From the line containing "f 63 133 65" to the end of the listing, write out every line exactly; leave out everything else.

□ □ □ □ □

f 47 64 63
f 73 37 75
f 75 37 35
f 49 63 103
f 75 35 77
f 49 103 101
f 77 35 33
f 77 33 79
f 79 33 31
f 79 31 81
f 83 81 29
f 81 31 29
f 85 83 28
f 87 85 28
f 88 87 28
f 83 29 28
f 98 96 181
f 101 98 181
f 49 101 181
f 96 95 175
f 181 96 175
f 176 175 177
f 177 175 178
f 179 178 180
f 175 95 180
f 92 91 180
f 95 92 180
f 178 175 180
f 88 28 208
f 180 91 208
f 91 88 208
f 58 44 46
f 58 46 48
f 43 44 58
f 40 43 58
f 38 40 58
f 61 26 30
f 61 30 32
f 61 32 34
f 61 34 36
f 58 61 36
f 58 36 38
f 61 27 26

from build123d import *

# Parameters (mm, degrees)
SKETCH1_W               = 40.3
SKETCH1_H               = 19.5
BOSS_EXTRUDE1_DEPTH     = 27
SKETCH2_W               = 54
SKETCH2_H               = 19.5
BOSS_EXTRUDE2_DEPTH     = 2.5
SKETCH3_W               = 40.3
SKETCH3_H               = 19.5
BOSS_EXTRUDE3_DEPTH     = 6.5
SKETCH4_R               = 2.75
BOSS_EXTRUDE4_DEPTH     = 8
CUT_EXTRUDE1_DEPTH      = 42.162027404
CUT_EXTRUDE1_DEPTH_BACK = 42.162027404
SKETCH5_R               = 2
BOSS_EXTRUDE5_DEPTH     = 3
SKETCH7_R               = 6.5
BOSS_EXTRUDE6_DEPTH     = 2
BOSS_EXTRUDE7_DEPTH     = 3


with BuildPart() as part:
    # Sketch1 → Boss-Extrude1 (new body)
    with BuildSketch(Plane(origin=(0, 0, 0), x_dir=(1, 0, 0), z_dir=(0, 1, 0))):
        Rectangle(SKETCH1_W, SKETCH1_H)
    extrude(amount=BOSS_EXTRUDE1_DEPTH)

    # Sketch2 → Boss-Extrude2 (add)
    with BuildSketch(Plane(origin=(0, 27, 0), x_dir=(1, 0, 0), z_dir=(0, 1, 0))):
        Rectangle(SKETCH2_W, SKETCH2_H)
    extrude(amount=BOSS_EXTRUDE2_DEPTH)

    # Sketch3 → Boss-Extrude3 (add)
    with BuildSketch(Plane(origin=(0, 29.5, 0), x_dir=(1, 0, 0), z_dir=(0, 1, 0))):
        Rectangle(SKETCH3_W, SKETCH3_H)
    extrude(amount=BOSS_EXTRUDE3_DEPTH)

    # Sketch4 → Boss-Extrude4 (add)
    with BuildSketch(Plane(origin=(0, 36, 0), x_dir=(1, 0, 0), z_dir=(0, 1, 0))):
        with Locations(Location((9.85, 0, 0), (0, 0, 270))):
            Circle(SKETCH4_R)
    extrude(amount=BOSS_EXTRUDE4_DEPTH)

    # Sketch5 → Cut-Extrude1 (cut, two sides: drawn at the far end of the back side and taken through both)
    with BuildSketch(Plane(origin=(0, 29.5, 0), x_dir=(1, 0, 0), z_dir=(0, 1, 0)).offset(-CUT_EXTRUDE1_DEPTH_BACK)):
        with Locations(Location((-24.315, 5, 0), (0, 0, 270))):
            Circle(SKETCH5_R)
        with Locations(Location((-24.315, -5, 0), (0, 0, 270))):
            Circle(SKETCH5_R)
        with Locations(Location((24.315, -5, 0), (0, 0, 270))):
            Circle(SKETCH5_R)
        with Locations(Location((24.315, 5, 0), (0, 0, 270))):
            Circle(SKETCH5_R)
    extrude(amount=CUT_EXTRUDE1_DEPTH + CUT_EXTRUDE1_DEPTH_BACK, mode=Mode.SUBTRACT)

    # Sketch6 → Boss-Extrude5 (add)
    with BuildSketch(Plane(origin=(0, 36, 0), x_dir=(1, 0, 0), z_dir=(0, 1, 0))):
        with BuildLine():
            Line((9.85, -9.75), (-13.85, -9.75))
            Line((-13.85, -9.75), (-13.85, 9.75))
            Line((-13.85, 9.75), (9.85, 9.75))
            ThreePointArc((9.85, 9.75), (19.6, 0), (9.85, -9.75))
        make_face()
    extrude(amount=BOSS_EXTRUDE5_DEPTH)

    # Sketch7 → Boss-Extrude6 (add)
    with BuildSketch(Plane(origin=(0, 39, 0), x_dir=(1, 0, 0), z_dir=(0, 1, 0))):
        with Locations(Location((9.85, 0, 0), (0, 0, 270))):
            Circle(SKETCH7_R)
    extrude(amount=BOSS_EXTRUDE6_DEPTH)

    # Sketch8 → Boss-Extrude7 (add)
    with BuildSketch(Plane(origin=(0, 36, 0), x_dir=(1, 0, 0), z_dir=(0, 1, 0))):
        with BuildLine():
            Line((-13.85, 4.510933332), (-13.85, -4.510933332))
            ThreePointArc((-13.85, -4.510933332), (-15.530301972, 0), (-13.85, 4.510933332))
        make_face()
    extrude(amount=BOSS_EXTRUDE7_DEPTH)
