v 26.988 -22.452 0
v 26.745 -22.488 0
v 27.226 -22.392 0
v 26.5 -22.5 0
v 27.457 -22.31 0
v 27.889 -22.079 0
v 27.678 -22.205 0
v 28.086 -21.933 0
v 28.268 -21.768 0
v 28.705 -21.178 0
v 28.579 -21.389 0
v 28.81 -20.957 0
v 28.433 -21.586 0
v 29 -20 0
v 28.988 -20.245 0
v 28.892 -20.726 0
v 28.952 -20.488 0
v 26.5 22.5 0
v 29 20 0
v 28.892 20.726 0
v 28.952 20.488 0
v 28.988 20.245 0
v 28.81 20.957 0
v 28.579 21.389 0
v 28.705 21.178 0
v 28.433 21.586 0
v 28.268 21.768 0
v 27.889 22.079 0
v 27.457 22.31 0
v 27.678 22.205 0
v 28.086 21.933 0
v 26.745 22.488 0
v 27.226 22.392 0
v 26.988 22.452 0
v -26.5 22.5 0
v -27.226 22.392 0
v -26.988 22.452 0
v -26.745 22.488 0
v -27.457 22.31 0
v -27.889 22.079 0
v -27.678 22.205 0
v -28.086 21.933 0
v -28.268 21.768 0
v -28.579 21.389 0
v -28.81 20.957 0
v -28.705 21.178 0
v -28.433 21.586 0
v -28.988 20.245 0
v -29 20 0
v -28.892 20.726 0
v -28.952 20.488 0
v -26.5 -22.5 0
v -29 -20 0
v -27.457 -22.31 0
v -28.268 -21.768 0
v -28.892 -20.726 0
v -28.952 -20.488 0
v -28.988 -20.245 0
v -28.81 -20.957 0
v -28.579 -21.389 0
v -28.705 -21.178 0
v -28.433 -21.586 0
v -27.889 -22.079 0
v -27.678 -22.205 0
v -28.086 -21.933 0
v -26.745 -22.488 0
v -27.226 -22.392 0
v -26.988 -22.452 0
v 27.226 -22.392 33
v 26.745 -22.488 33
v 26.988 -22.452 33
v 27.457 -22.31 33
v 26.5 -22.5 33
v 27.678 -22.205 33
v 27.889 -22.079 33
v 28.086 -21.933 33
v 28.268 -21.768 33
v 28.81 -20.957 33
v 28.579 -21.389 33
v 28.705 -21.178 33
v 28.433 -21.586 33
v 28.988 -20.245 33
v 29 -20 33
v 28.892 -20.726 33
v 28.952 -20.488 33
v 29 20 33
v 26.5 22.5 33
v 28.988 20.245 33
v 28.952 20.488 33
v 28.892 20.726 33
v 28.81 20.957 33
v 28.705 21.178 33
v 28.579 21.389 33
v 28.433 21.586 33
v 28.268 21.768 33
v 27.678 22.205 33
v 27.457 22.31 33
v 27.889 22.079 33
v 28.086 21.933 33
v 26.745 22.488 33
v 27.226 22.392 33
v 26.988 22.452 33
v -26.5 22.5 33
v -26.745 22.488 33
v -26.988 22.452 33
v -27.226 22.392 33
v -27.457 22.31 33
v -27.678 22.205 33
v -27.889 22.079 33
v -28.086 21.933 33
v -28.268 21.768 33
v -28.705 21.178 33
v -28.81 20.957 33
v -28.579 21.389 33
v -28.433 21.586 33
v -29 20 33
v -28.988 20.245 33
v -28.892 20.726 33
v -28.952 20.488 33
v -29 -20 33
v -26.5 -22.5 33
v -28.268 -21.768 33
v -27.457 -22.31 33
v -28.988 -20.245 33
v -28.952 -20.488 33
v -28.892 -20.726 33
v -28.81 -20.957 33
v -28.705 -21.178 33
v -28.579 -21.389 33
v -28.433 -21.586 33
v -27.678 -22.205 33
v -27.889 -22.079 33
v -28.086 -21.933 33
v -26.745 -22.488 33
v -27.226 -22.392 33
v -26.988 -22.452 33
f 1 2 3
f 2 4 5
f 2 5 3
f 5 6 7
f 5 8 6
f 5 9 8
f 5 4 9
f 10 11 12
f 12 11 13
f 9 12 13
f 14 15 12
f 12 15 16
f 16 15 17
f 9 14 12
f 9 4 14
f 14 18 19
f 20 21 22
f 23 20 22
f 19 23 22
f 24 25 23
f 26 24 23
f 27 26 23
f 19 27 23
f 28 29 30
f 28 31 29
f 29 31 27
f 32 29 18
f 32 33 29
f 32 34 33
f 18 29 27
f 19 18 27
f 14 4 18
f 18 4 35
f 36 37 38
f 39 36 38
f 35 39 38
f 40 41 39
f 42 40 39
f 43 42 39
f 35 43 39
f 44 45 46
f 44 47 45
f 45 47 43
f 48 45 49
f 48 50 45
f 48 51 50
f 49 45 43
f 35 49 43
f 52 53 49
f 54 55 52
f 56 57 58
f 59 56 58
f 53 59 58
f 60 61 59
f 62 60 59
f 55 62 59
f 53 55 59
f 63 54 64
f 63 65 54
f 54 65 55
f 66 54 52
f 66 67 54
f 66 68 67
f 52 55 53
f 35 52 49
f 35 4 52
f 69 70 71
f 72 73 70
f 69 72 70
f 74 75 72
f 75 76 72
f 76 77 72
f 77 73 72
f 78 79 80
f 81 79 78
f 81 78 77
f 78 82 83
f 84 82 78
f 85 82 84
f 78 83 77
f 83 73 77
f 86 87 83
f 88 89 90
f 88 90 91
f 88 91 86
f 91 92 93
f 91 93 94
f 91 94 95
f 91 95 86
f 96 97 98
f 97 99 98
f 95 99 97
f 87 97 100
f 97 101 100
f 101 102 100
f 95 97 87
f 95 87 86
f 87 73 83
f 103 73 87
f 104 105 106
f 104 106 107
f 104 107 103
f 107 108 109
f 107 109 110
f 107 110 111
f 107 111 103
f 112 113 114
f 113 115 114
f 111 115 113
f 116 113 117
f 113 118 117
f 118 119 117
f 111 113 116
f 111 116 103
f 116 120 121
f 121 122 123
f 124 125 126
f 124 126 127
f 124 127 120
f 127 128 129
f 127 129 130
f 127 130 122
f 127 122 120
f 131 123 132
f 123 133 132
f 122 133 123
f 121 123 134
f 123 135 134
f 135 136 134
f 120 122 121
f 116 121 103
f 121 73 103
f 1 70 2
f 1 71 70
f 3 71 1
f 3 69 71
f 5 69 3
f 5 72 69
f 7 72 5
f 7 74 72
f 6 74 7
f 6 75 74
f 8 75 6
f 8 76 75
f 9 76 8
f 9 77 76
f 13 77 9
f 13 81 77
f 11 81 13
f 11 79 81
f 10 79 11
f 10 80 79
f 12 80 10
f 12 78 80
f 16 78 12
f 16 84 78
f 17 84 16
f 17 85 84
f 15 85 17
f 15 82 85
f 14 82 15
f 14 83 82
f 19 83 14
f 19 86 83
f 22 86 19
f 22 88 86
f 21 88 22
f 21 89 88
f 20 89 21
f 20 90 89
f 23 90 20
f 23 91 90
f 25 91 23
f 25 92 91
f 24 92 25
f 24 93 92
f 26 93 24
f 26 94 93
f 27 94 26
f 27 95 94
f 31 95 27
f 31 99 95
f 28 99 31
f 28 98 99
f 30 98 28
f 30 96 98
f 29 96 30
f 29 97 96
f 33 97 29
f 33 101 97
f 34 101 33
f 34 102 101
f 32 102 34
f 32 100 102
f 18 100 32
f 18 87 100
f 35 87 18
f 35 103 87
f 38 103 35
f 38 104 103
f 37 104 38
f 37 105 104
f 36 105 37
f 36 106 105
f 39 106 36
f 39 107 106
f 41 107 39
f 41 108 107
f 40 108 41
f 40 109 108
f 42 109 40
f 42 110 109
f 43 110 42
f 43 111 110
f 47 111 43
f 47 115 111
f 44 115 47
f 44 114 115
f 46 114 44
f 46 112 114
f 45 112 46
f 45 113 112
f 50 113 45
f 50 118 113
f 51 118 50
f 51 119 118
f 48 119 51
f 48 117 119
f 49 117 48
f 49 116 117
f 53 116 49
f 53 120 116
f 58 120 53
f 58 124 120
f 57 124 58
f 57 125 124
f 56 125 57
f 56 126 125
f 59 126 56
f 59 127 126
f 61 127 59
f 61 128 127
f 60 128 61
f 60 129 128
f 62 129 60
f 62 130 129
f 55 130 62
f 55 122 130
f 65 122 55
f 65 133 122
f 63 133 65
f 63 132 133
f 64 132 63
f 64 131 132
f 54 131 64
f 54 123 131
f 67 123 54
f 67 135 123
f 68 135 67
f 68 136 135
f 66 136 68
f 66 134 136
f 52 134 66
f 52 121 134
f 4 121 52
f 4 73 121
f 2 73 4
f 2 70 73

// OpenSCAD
$fn = 64;

module ssr_module(size=[58,45,33], corner_r=2.5) {
    x = size[0];
    y = size[1];
    z = size[2];

    // Rounded rectangular prism
    linear_extrude(height=z)
        offset(r=corner_r)
            square([x-2*corner_r, y-2*corner_r], center=true);
}

ssr_module([58.0, 45.0, 33.0], corner_r=2.5);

□ □ □ □ □

### [The answer]
f 63 133 65
f 63 132 133
f 64 132 63
f 64 131 132
f 54 131 64
f 54 123 131
f 67 123 54
f 67 135 123
f 68 135 67
f 68 136 135
f 66 136 68
f 66 134 136
f 52 134 66
f 52 121 134
f 4 121 52
f 4 73 121
f 2 73 4
f 2 70 73

// OpenSCAD
$fn = 64;

module ssr_module(size=[58,45,33], corner_r=2.5) {
    x = size[0];
    y = size[1];
    z = size[2];

    // Rounded rectangular prism
    linear_extrude(height=z)
        offset(r=corner_r)
            square([x-2*corner_r, y-2*corner_r], center=true);
}

ssr_module([58.0, 45.0, 33.0], corner_r=2.5);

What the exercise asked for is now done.